### [TASK STATEMENT]
For each line below that holds the word "mode", make a copy.

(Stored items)
▼▼▼

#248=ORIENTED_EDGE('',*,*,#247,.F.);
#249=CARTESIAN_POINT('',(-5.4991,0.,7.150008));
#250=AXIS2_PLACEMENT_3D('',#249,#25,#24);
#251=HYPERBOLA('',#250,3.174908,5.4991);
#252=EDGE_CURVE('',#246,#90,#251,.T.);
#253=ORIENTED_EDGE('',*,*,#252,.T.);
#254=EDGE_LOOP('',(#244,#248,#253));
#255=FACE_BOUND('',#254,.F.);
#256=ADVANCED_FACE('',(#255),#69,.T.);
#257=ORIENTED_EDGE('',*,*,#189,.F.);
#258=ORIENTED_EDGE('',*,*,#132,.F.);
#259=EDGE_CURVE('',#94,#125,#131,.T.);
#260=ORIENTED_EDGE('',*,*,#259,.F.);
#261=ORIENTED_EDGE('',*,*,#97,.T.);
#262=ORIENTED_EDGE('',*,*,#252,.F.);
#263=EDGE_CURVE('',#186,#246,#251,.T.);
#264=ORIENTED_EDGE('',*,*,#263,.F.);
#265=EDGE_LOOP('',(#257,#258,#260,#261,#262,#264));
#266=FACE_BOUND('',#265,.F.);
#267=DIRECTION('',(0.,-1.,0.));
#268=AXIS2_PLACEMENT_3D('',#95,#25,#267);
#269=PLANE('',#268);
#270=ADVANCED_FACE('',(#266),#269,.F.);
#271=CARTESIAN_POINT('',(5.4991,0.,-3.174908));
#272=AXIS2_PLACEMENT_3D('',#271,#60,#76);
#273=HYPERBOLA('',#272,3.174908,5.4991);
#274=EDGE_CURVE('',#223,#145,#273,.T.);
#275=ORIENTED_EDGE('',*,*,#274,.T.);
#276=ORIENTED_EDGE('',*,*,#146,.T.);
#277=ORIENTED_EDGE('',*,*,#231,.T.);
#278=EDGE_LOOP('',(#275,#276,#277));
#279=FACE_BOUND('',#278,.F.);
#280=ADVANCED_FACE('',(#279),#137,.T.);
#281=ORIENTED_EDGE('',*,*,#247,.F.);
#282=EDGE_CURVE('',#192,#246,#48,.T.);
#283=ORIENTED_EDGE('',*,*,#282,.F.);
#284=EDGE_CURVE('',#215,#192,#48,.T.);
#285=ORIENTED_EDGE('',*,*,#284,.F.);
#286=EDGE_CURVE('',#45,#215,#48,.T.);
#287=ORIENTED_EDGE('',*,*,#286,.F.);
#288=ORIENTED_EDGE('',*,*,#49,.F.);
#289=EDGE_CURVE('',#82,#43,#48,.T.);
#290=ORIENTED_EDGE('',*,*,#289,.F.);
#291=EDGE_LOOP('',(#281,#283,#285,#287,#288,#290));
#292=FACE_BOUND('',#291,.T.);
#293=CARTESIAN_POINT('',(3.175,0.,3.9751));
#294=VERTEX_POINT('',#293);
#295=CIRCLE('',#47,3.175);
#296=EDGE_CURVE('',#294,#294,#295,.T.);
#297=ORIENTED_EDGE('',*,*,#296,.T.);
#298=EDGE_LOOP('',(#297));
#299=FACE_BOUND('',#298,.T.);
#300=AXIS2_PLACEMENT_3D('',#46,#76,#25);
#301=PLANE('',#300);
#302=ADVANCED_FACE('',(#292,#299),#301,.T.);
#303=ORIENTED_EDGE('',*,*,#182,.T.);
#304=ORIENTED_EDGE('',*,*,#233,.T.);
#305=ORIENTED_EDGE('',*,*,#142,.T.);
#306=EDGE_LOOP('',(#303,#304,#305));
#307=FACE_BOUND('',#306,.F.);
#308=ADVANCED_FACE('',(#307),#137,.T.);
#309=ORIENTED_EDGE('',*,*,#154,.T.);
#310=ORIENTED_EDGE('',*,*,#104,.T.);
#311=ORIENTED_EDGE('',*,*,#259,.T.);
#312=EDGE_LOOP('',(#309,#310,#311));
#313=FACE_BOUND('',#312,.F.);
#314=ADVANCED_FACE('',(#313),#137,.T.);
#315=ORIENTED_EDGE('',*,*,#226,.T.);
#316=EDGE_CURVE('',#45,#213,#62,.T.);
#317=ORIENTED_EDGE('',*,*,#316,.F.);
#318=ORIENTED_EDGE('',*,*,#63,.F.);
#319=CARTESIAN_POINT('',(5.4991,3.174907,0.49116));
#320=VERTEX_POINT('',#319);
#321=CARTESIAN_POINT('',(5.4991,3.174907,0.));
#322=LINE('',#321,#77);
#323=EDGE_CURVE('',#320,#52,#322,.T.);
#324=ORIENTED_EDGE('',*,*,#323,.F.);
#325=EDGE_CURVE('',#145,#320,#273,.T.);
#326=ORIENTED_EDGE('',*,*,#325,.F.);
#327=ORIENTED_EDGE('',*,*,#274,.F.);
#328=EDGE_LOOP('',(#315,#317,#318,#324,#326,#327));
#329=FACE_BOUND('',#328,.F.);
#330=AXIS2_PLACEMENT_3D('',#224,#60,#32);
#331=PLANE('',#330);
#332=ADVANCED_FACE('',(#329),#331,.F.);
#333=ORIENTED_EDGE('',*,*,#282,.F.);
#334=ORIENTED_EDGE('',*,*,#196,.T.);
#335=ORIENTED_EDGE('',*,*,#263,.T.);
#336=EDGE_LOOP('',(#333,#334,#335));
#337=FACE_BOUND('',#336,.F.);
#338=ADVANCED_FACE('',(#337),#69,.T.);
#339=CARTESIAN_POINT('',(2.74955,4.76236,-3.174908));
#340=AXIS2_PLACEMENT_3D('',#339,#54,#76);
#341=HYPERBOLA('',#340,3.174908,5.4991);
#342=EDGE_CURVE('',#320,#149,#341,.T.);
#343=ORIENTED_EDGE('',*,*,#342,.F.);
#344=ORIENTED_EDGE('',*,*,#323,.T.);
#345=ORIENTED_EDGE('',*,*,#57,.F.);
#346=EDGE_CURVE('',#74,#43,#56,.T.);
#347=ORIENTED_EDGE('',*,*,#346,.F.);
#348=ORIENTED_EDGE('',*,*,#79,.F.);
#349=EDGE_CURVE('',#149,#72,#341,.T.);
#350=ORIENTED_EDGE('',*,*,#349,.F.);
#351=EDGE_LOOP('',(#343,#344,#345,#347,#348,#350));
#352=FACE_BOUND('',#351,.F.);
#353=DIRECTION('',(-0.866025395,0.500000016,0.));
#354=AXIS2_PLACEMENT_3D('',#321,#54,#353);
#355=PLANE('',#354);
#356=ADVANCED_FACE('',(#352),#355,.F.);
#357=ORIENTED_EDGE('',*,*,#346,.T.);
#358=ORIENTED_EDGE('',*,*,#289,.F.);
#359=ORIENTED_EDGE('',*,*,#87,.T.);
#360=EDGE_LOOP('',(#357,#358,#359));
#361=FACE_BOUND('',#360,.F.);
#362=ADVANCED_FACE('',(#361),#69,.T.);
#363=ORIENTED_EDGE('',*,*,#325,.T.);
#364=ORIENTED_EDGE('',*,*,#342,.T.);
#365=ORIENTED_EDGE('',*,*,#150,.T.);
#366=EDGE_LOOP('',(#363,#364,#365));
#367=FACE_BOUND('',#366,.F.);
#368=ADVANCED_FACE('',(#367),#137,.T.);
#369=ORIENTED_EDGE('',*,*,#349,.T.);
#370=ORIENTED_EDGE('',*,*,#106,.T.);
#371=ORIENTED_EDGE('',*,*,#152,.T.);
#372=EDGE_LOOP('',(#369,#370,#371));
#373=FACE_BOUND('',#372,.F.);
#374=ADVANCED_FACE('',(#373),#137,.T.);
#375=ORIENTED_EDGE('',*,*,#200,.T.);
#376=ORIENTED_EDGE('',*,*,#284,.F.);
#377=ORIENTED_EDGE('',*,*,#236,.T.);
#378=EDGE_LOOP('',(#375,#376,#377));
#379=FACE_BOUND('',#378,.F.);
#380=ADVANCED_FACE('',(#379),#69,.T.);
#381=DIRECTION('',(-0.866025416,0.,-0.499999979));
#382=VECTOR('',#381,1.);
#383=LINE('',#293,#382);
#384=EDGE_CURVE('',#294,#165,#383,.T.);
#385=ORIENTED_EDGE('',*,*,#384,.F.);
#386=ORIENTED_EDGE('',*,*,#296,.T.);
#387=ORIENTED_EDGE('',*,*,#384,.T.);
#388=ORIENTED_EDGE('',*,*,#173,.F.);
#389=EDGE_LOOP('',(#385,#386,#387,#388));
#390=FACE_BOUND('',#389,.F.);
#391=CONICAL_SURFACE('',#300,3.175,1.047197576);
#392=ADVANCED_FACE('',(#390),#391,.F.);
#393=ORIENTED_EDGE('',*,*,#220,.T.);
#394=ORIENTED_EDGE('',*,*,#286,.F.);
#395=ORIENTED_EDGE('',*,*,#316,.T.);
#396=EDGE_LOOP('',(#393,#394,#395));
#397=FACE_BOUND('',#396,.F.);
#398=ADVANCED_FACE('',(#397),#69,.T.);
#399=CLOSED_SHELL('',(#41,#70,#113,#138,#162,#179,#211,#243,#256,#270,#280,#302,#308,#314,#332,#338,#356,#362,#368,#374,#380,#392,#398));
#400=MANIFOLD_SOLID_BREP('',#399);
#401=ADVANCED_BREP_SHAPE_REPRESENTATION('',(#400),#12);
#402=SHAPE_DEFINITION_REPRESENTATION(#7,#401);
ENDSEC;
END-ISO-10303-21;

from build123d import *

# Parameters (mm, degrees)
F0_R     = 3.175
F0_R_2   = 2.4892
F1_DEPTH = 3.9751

▲▲▲
▼▼▼

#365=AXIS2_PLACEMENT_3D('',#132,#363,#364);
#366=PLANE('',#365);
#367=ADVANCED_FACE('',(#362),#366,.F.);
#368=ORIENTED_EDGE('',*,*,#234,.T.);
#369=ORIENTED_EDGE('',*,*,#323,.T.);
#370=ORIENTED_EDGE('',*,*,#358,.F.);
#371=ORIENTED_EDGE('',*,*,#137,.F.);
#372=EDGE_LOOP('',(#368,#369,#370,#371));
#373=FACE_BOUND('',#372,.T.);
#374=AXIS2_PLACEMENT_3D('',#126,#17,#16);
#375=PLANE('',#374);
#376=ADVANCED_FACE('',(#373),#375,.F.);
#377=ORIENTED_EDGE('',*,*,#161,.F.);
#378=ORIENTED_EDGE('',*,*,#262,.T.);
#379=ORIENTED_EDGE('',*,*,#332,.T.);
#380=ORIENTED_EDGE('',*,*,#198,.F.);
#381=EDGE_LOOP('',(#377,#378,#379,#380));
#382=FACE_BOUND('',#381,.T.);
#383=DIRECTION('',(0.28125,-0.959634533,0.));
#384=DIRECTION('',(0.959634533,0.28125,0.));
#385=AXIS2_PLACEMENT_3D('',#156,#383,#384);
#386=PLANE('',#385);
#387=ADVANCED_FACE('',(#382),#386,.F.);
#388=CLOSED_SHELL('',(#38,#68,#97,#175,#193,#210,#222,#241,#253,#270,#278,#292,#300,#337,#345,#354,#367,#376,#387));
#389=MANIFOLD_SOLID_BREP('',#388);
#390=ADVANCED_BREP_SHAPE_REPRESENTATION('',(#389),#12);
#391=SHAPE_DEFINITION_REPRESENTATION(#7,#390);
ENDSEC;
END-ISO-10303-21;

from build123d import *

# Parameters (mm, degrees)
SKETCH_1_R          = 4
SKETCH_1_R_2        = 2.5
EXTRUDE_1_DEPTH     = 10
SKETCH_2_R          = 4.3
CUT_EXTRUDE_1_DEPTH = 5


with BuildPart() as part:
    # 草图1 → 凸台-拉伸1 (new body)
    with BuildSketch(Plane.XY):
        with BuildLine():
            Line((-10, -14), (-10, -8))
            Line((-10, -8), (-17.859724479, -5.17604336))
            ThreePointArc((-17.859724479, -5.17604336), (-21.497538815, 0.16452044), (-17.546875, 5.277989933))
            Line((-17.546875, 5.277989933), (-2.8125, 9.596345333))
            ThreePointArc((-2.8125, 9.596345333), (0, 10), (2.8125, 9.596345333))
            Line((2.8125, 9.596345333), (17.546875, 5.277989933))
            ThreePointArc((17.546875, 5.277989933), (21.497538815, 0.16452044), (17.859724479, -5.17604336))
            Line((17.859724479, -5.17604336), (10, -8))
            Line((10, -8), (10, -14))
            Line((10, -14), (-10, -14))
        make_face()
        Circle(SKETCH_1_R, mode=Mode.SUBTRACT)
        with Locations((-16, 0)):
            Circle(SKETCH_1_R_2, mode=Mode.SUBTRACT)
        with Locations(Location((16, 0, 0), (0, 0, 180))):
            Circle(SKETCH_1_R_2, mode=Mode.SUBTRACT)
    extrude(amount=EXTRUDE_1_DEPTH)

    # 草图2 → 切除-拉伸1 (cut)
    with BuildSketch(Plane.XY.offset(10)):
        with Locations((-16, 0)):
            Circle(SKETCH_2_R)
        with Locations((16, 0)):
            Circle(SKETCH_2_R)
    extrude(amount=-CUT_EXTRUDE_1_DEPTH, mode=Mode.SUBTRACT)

▲▲▲

### [RESPONSE TO THE TASK]
        Circle(SKETCH_1_R, mode=Mode.SUBTRACT)
            Circle(SKETCH_1_R_2, mode=Mode.SUBTRACT)
            Circle(SKETCH_1_R_2, mode=Mode.SUBTRACT)
    extrude(amount=-CUT_EXTRUDE_1_DEPTH, mode=Mode.SUBTRACT)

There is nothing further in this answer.